Making a Proper Mess

When you live alone (without parents to organize the details of existence) you notice things. For me, one of them is about "cleaning up". The optimal state of your environment is "cleaned up", but when you use an object you don't want to put it away Right Now, because it interrupts whatever it is that you're going. You can defer the "put away" action for Later. Later is the time when you "clean up", all at once, thus optimizing the effort, because you have to do less context switching1. So you have a choice: put it away properly Right Now, or leave it in a messy state for cleanup Later.

Now, this all sounds good, except you have a problem to manage: your Mess. If it gets too big, you can't find things, you don't have room to move around, you find various living creatures sharing your space, etc. So an important skill is Mess Management. One learns it over time; some people are naturally good at it, others are hopeless. I like to think that you trade Mess Credits for time/energy/attention: you defer proper cleanup of an item (taking out Mess Credits) and you have more time/energy/attention Right Now, because you don't have to clean up Right Now. You also avoid a couple of context switches (away from the current activity to put away the item, and back to the activity). Take out too much credit and it's bad. The credit has interest - items left out will gather dust (and maybe living things) and will hamper your activities to some degree.

Now, to the point I wanted to make when I started writing this: an important technique in Mess Management is making the proper mess. It helps both with finding things quickly in the mess, and with cleaning up later on. All you have to do is to organize the mess a bit. When you decide to leave an item in a messy state, you should make a small effort, don't just throw it away. For example, have a single place on your desk where you leave stuff for Later processing (bills, receipts, notes, etc). Or when you bring your groceries home, and are too lazy to distribute them throughout your kitchen, at least make a quick effort to put inside the fridge everything that needs to be there - that way you'll be able to defer the "groceries cleanup" task for longer without major problems. If you're a to-do-list-person it might help to make a quick note in the to-do-list about important deferred cleanup jobs ("throw away empty pizza box from under bed"). And my favourite trick: I set up a keyboard shortcut (using Quicksilver) so that I can quickly write a note and it gets stored in a text file; later I check the file and handle all notes at once. This way I don't really interrupting what I am doing.

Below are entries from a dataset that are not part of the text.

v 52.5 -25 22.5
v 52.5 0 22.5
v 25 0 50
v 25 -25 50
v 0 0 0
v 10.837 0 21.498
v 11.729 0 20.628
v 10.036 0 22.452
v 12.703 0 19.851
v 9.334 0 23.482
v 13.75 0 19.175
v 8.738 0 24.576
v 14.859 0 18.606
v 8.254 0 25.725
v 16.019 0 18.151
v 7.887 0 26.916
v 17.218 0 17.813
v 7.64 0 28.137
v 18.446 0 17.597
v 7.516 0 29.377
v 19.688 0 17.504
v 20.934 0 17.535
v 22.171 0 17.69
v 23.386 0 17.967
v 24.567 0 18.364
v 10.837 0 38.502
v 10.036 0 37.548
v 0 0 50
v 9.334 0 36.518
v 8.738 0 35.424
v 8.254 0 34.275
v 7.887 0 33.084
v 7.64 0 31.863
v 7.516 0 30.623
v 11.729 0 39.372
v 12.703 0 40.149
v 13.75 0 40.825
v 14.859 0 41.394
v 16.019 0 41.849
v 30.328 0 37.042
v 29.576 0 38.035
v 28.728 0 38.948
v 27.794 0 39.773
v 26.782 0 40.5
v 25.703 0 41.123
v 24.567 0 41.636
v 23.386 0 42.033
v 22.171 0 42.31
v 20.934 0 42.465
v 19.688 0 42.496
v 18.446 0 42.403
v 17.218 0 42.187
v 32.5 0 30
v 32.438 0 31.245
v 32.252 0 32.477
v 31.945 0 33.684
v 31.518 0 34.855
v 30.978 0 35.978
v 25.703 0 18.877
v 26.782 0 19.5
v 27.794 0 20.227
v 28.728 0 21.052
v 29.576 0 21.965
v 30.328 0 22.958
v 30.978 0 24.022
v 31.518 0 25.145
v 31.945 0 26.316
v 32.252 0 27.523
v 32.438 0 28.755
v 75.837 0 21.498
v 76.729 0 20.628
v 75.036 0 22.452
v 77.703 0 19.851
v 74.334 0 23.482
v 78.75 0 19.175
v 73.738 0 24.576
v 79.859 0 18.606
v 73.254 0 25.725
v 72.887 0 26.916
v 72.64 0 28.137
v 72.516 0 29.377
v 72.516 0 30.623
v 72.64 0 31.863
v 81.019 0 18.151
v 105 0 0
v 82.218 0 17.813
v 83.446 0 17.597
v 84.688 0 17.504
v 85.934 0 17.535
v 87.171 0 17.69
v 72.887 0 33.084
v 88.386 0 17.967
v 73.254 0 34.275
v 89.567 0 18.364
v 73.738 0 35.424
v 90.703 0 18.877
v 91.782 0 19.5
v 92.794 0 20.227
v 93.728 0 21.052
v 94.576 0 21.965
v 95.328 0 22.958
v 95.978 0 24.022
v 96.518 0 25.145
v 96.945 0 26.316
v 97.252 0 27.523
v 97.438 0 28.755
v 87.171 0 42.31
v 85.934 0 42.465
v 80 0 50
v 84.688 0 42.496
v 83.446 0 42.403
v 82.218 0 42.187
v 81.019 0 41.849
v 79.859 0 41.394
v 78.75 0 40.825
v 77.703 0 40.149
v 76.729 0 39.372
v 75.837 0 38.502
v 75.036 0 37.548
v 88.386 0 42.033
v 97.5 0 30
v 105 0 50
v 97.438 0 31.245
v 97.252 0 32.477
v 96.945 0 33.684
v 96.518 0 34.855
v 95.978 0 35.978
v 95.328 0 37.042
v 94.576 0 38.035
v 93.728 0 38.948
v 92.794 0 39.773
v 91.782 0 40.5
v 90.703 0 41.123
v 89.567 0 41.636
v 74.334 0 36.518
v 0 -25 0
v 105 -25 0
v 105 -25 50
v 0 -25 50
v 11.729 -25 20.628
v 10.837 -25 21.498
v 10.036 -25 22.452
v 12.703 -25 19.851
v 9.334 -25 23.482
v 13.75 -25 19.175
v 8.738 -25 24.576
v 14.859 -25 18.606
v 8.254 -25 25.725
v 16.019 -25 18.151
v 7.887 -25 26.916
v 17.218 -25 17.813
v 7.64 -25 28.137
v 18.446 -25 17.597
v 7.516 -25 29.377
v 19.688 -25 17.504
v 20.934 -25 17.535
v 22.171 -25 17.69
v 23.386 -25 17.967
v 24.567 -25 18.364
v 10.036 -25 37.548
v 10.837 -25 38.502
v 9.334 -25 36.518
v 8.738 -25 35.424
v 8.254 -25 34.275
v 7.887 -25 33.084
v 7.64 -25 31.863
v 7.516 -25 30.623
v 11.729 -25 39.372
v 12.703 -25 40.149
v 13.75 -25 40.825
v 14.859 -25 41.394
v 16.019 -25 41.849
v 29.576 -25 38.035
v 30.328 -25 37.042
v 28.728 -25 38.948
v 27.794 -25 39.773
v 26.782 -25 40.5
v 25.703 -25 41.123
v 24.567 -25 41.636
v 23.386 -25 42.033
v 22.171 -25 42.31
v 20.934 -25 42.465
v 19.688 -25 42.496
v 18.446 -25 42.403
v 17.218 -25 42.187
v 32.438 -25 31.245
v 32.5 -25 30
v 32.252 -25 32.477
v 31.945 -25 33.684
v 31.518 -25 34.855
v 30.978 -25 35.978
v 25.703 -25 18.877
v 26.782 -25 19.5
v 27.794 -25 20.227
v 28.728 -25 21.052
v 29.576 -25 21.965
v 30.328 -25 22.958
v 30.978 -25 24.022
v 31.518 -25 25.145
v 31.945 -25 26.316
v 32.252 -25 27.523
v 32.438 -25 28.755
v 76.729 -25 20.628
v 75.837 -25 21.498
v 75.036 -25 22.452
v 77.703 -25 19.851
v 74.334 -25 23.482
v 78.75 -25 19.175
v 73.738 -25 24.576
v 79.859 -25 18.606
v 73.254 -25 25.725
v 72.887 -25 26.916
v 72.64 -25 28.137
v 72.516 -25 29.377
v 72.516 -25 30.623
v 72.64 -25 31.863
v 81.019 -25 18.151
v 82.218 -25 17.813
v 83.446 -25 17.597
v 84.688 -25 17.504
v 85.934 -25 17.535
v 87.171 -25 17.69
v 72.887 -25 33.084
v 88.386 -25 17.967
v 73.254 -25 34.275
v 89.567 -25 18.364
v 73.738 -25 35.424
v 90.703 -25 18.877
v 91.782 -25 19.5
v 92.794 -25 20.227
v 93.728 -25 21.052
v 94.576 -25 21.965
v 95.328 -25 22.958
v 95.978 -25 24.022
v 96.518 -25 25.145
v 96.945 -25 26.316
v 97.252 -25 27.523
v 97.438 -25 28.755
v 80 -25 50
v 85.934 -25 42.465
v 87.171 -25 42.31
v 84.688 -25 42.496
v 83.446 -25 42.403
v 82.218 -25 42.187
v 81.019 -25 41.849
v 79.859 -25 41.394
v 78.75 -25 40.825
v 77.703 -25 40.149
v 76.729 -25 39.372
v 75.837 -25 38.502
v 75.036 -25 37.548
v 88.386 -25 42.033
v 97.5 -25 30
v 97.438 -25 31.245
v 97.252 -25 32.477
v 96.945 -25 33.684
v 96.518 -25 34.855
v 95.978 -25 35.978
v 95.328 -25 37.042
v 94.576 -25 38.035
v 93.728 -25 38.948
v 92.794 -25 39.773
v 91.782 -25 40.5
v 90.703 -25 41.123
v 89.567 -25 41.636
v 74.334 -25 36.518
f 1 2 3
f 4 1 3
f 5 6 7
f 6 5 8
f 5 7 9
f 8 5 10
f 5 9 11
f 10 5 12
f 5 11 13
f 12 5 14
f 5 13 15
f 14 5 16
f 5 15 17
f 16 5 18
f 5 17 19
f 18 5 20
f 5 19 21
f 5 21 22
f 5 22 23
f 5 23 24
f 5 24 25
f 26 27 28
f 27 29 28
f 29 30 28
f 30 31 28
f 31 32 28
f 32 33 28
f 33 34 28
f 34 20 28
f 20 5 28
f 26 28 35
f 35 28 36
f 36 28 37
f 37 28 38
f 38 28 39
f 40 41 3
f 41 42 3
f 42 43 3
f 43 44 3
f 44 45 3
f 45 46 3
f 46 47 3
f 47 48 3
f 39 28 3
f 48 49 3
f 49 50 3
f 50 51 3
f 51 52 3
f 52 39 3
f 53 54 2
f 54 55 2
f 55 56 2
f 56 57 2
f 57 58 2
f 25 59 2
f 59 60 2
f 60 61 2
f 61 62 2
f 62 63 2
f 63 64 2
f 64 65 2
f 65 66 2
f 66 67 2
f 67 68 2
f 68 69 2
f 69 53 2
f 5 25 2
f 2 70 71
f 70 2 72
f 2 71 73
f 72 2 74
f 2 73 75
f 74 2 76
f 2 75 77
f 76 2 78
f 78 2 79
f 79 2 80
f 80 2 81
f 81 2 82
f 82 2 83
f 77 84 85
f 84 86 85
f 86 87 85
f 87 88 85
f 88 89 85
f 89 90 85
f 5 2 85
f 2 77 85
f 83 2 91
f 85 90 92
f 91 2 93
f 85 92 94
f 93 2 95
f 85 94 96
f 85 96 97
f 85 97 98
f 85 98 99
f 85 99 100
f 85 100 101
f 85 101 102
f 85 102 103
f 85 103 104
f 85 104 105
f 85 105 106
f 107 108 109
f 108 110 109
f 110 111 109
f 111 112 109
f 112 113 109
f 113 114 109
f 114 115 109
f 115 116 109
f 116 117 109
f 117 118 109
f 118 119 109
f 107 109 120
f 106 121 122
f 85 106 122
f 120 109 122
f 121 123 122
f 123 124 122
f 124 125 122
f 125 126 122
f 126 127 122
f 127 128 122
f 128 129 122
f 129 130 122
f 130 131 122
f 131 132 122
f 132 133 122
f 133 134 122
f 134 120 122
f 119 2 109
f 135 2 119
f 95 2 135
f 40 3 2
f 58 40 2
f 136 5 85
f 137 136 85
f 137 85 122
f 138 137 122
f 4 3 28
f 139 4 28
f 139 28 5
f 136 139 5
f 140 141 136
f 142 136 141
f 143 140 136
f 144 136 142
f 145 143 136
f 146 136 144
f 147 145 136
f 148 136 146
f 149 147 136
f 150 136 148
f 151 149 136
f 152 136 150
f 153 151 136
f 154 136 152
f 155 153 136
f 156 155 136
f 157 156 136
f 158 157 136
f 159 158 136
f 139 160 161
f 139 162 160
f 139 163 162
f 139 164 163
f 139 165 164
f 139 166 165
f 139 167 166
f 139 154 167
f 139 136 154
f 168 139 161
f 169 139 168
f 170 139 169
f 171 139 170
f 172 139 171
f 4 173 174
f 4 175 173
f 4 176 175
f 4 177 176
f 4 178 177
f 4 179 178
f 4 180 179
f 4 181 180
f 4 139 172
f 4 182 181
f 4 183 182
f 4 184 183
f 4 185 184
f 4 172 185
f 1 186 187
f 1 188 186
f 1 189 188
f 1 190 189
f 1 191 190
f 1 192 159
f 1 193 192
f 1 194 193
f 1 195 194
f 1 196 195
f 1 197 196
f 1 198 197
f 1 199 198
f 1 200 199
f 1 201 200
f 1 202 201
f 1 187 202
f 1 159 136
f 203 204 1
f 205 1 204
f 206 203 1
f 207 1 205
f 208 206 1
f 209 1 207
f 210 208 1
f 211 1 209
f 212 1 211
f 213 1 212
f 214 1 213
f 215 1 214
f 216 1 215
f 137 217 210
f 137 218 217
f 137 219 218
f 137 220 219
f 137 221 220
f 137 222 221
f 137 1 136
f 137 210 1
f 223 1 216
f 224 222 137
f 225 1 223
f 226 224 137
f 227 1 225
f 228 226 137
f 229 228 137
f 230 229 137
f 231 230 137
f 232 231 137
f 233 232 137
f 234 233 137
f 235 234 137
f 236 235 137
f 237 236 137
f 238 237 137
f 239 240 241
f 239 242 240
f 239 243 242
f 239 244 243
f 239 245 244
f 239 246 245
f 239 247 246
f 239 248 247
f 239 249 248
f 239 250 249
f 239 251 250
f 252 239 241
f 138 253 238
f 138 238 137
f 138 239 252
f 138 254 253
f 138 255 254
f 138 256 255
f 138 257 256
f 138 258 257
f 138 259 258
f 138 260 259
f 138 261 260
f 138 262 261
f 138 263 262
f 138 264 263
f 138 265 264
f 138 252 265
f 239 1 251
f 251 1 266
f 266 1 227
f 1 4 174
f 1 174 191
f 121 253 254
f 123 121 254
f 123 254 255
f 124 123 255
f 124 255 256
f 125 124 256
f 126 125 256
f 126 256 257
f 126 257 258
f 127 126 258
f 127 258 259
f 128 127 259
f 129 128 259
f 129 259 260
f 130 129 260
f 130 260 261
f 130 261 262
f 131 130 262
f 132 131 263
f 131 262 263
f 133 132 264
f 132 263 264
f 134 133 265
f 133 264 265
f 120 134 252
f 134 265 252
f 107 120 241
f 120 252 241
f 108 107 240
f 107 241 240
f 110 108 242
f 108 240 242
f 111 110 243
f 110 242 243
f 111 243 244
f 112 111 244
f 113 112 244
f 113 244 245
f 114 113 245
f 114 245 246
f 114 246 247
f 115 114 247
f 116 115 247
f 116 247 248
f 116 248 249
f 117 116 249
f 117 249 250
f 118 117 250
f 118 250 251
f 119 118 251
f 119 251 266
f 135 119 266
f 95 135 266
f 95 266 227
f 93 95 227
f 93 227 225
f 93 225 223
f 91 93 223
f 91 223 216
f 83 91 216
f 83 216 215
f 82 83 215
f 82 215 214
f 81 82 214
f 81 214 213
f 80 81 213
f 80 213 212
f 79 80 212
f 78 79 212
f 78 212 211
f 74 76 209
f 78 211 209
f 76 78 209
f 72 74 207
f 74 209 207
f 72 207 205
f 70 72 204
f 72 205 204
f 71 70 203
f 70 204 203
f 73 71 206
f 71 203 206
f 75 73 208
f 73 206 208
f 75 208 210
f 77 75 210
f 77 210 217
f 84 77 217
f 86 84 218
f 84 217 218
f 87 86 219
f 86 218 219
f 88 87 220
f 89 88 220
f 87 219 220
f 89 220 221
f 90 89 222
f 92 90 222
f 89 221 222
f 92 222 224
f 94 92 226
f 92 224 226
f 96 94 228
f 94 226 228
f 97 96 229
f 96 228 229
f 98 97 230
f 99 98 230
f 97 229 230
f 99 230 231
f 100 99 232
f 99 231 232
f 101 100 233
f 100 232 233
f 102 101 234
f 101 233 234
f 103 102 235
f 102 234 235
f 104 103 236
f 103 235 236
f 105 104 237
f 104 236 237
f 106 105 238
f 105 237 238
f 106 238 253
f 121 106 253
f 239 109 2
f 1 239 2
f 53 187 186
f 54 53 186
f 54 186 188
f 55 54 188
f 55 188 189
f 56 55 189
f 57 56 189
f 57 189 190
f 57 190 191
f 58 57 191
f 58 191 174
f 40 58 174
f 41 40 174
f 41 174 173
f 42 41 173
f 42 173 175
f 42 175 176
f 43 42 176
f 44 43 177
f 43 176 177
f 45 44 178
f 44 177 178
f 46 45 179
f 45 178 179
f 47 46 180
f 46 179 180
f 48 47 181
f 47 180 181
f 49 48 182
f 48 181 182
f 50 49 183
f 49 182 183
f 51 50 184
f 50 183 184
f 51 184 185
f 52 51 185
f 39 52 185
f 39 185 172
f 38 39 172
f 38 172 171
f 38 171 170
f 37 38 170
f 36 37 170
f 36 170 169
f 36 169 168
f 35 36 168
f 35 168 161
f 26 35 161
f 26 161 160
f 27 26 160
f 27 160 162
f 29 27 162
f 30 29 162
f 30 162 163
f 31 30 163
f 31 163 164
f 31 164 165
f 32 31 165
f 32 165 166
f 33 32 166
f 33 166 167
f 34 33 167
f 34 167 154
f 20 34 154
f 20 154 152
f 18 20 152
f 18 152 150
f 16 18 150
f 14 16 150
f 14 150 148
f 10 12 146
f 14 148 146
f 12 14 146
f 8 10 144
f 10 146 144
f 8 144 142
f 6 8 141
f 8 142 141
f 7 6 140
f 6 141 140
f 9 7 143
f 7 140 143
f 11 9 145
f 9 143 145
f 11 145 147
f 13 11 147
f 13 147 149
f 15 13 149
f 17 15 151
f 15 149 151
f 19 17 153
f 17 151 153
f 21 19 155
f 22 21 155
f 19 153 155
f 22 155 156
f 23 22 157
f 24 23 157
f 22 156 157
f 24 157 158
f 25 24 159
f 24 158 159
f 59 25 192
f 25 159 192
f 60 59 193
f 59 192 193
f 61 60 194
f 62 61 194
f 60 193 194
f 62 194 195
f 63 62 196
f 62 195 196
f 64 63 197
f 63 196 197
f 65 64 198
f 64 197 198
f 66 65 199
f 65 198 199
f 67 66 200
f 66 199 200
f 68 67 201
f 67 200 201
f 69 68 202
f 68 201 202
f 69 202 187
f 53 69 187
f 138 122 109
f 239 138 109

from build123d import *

# Parameters (mm, degrees)
F1_DEPTH = 25
F2_R     = 12.5
F3_DEPTH = 25.001


with BuildPart() as f1:
    # F0 (on Front) → F1 (new body)
    with BuildSketch(Plane.XZ):
        Polygon((0, 50), (0, 0), (105, 0), (105, 50), (80, 50), (52.5, 22.5), (25, 50), align=None)
    extrude(amount=F1_DEPTH)

    # F2 (on face) → F3 (cut, through all)
    with BuildSketch(Plane.XZ.offset(25)):
        with Locations((20, 30)):
            Circle(F2_R)
        with Locations((85, 30)):
            Circle(F2_R)
    extrude(amount=-F3_DEPTH, mode=Mode.SUBTRACT)


solid = f1.part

Disclaimer: I'm kind of obsessive about being reasonably organized in a lazy way, thus the ideas expressed above. :)

1 Context switching is a computer science term that roughly means "changing the focus of your attention". Say you were reading a web page, and suddenly you get an instant message: you have to move your mind away from the web page to the friend (or foe) that messaged you. This takes time, so the fewer context-switches you make, the better.